It is possible that the best model is one just based on engine_size. However, it is also possible that a model with combinations of variables performs better.
Next, the following knn models will be run and the RMSE will be compared to identify whether a single variable or a combination of variables works best to predict price.

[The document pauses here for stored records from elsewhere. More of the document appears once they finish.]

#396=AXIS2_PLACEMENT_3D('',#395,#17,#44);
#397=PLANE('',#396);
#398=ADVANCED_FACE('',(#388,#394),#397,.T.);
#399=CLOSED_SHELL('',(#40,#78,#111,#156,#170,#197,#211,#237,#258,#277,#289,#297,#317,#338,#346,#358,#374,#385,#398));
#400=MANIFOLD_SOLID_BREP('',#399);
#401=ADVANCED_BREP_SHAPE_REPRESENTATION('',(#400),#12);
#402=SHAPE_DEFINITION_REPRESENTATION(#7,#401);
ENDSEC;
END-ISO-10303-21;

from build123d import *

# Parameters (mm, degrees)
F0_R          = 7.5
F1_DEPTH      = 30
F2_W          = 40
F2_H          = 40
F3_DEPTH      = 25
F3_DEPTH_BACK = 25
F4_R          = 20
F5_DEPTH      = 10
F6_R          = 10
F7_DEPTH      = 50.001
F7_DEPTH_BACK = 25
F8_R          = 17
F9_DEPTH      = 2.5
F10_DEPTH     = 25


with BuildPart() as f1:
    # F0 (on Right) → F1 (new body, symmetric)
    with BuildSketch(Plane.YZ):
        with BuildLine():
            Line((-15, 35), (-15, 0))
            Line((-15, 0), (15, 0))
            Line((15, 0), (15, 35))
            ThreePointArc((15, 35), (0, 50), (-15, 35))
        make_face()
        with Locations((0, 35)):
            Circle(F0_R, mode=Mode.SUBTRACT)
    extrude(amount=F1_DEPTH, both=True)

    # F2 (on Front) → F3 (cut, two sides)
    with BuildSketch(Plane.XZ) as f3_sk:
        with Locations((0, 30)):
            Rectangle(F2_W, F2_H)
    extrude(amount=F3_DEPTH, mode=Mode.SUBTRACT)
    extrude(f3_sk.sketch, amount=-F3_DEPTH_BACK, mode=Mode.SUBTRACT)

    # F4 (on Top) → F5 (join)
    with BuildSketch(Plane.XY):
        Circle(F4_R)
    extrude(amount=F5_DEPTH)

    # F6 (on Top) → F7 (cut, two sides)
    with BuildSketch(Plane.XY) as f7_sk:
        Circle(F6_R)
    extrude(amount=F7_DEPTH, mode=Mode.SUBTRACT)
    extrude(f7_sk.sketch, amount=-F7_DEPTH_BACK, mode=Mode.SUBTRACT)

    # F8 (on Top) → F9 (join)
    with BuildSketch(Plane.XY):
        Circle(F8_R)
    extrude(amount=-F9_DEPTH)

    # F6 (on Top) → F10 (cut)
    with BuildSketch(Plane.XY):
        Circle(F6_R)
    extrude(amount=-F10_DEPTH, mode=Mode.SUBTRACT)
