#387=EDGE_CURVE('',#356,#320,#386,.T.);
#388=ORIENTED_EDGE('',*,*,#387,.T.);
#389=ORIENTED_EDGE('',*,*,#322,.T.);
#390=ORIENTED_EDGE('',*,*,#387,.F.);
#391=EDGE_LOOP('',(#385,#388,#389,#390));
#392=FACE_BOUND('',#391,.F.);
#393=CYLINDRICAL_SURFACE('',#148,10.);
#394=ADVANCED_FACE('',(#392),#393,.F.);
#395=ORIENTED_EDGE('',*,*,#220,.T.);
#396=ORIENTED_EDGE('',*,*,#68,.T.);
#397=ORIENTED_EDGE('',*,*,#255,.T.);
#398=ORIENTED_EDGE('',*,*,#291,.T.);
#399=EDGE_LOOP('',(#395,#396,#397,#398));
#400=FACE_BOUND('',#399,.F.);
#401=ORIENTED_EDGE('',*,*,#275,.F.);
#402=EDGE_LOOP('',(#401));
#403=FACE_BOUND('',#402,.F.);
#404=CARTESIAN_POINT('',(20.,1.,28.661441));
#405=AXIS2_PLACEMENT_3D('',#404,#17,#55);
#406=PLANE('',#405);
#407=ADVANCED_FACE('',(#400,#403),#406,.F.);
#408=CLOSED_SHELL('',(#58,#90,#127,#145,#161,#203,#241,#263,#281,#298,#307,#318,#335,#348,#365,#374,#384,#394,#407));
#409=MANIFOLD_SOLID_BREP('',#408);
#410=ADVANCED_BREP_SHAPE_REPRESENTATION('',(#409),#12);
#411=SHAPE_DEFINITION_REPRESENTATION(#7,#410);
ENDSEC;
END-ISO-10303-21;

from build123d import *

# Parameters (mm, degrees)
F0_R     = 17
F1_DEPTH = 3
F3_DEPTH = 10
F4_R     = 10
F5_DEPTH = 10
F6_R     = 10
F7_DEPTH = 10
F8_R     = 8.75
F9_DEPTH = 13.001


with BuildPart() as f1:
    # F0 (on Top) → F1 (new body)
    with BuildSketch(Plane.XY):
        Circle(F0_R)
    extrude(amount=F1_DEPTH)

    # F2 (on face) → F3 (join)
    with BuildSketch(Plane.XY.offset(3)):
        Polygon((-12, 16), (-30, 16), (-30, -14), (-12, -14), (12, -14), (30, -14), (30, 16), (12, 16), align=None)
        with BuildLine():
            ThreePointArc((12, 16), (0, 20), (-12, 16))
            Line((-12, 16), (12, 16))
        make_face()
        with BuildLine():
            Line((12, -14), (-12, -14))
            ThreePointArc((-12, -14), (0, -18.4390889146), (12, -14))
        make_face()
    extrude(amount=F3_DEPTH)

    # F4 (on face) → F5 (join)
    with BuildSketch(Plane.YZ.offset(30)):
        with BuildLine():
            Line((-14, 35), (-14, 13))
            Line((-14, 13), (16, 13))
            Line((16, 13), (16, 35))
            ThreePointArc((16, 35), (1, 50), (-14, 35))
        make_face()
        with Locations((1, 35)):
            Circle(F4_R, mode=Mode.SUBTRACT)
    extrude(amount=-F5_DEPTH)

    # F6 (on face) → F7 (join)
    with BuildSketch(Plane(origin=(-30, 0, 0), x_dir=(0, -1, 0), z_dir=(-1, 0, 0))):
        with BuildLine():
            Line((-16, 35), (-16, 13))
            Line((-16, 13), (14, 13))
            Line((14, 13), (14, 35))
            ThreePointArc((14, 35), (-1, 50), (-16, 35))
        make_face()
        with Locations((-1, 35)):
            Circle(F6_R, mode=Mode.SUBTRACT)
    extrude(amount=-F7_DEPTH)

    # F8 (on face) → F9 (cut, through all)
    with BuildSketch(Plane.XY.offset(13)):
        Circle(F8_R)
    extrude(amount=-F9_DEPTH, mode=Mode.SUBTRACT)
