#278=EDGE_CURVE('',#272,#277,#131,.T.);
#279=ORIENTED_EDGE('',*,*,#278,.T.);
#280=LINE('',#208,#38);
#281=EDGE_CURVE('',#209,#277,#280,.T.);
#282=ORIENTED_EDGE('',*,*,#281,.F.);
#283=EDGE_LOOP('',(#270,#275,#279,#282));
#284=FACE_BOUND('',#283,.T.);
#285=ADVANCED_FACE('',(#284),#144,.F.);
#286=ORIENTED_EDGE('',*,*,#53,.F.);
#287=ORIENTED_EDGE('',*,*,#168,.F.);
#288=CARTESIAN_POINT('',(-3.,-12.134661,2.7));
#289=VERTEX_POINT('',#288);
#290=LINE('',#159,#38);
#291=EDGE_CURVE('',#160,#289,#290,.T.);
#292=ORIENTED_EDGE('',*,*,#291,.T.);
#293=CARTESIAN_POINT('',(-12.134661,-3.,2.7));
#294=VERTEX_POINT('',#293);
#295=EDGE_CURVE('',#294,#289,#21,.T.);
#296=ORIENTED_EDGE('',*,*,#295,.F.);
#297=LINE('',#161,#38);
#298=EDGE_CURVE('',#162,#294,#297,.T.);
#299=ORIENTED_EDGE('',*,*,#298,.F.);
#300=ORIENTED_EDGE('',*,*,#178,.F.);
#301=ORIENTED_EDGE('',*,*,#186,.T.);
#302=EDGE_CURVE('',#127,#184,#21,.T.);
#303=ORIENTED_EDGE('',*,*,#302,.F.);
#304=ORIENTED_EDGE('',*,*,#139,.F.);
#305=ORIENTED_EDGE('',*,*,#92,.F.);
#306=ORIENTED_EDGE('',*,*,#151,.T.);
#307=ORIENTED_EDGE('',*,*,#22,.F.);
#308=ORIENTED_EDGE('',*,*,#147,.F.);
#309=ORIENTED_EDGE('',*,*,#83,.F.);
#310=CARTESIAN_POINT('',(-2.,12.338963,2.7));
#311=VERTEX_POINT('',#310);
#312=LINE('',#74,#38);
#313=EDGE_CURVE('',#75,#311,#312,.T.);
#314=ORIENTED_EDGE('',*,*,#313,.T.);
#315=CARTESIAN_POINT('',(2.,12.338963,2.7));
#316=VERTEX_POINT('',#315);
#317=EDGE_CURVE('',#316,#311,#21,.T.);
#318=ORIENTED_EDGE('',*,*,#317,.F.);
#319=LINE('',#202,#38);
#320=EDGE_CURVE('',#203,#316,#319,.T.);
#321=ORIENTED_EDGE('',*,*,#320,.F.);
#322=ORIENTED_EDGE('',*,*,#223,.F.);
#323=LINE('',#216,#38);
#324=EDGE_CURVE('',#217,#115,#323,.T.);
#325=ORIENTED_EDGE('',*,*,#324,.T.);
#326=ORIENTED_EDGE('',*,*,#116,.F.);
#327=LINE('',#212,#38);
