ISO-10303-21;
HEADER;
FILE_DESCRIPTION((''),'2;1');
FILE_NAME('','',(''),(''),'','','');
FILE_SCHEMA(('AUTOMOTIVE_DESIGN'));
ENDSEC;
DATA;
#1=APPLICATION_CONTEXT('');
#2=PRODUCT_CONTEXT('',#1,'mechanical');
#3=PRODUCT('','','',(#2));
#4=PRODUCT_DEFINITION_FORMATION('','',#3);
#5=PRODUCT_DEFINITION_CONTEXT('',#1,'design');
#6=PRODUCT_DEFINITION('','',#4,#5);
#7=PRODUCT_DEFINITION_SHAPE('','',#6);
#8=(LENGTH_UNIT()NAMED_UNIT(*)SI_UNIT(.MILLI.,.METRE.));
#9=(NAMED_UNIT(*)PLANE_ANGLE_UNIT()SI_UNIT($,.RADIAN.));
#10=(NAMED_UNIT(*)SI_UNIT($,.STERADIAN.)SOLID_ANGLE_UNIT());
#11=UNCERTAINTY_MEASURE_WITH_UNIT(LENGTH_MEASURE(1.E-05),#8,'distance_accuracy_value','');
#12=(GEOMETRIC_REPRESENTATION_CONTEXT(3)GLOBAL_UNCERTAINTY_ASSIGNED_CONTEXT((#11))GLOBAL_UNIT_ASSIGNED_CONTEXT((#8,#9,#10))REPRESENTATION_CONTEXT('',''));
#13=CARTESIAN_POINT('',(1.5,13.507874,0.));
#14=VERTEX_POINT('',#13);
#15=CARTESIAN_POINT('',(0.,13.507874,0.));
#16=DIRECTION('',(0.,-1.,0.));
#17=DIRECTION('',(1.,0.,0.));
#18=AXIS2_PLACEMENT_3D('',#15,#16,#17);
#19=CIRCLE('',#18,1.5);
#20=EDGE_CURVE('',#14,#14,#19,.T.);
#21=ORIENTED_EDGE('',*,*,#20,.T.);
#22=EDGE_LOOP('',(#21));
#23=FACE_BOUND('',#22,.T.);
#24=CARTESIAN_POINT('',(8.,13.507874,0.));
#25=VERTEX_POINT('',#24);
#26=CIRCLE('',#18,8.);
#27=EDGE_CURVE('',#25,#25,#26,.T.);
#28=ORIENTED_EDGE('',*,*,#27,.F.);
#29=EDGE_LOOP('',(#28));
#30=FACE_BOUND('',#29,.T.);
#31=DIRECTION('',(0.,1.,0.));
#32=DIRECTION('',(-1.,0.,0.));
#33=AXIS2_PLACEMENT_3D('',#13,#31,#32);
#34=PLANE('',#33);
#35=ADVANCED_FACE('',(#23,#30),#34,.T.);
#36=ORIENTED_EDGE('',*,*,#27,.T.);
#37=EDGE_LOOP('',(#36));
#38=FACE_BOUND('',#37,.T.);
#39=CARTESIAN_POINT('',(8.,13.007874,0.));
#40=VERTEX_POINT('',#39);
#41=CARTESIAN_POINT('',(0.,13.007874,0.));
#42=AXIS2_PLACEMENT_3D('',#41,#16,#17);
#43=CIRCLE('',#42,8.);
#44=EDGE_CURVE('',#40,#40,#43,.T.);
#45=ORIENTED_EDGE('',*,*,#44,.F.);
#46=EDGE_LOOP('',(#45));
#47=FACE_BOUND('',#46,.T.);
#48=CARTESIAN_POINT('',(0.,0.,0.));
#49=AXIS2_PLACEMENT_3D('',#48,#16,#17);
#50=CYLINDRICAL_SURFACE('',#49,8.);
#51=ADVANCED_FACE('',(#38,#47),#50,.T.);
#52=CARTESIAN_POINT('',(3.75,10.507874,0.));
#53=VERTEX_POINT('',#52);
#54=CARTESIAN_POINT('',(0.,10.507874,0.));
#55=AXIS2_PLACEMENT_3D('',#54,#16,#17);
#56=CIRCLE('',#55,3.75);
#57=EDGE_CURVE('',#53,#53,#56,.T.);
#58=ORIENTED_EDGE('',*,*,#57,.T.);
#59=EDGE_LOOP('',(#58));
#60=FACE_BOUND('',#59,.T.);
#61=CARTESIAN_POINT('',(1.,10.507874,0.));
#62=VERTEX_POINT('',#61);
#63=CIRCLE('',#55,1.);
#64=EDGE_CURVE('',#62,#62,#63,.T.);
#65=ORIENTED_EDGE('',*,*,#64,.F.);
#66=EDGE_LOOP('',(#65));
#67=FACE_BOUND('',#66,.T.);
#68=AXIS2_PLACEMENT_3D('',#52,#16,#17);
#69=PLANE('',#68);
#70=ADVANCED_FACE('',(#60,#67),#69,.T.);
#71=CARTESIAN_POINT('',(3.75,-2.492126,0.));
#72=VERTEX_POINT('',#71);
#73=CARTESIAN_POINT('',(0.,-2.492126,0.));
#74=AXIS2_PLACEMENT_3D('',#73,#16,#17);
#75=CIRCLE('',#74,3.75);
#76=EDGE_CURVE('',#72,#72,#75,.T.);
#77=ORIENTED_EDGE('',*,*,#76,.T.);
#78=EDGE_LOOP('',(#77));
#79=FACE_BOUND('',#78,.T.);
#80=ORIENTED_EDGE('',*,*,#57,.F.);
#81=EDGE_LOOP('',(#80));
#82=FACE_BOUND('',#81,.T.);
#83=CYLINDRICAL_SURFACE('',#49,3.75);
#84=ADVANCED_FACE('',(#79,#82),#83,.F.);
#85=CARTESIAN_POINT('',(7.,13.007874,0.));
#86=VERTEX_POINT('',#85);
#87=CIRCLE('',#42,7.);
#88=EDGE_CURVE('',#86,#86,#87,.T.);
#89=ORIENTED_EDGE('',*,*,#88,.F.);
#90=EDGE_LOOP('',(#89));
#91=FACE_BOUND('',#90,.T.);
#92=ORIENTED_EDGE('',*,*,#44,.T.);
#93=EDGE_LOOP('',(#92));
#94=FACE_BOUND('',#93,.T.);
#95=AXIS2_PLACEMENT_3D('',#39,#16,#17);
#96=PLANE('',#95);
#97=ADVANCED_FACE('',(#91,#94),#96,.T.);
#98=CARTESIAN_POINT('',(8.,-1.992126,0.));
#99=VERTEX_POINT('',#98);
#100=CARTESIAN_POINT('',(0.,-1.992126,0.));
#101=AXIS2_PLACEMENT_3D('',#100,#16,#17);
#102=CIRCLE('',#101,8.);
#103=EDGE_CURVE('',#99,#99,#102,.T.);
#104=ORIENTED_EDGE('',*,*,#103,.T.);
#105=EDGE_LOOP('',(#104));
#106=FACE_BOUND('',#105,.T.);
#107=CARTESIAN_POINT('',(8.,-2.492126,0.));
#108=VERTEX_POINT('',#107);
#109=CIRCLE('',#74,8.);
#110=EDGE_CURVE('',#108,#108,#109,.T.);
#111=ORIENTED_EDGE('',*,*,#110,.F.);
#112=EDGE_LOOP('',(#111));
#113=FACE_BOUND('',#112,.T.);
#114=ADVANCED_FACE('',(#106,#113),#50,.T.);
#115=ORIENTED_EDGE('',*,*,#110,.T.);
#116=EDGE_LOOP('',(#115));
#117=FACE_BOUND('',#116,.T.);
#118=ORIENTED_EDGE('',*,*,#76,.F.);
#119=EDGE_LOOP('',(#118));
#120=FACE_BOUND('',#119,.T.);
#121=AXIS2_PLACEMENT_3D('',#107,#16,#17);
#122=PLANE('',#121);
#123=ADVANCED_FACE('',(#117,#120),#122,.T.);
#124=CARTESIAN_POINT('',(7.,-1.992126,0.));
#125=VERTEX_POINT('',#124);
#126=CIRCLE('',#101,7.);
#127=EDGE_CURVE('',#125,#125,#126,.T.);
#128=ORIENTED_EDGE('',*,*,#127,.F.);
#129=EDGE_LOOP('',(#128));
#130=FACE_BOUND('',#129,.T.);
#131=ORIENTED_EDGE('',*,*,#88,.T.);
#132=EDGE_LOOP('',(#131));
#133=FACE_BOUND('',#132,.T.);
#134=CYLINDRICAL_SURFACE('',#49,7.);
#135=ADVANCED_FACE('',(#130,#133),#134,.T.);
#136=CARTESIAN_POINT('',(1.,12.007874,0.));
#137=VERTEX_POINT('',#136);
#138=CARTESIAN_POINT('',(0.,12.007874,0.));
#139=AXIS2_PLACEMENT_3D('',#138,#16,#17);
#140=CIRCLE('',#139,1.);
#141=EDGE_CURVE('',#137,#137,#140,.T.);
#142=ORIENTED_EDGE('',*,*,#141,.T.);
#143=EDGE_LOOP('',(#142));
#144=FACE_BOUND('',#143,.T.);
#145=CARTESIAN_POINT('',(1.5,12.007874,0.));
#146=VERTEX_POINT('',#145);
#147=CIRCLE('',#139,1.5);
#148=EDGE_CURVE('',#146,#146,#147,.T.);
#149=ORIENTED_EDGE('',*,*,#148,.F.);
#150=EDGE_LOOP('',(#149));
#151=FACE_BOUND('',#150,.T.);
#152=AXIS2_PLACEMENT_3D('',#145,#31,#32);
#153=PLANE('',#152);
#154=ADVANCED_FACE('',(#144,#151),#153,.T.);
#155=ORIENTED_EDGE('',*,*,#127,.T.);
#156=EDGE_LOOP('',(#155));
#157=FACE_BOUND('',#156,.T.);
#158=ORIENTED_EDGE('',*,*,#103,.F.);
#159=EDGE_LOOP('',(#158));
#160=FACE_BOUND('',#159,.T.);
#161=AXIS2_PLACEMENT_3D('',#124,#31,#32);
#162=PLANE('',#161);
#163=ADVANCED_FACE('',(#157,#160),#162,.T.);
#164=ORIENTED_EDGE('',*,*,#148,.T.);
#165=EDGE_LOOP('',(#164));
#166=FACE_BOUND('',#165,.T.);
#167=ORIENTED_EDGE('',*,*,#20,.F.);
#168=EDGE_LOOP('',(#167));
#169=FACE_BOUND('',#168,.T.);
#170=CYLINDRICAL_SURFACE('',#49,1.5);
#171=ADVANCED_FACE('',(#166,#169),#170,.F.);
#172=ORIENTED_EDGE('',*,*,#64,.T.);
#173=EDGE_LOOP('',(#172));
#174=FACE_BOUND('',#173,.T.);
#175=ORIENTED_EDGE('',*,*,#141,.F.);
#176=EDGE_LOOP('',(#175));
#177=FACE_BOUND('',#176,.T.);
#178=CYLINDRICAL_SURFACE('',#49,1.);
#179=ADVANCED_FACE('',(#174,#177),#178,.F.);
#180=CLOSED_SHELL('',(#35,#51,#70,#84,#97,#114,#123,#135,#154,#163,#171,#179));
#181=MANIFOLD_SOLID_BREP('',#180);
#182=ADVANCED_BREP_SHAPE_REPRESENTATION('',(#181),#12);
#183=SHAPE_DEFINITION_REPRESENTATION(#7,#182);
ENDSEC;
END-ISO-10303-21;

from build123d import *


with BuildPart() as part:
    # Sketch1 → Revolve1 (revolve)
    with BuildSketch(Plane.XY):
        Polygon((1.5, 13.507873582), (8, 13.507873582), (8, 13.007873582), (7, 13.007873582), (7, -1.992126418), (8, -1.992126418), (8, -2.492126418), (3.75, -2.492126418), (3.75, 10.507873582), (1, 10.507873582), (1, 12.007873582), (1.5, 12.007873582), align=None)
    revolve(axis=Axis((0, 0, 0), (0, 1, 0)))


solid = part.part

model_C1 <- train(price ~ engine_size + city_mpg,
data = train_listings,
method = "knn",
trControl = train_control,
preProcess = c("center", "scale"),
tuneGrid = knn_grid)
comb1 <- model_C1[[4]]$RMSE
#knn model price ~ curb_Weight
model_C2 <- train(price ~ engine_size + city_mpg + horsepower,
data = train_listings,
method = "knn",
trControl = train_control,
preProcess = c("center", "scale"),
tuneGrid = knn_grid)
comb2 <- model_C2[[4]]$RMSE
#knn model price ~ engine_size
model_C3 <- train(price ~ engine_size + city_mpg + horsepower + highway_mpg,
data = train_listings,
method = "knn",
trControl = train_control,
preProcess = c("center", "scale"),
tuneGrid = knn_grid)
comb3 <- model_C3[[4]]$RMSE
#knn model price ~ num_cylinders
model_C4 <- train(price ~ engine_size + city_mpg + horsepower + highway_mpg + width,
data = train_listings,
method = "knn",
trControl = train_control,
preProcess = c("center", "scale"),
tuneGrid = knn_grid)
comb4 <- model_C4[[4]]$RMSE
#create a dataframe with all the RMSE from each variable from k = 1 to 20.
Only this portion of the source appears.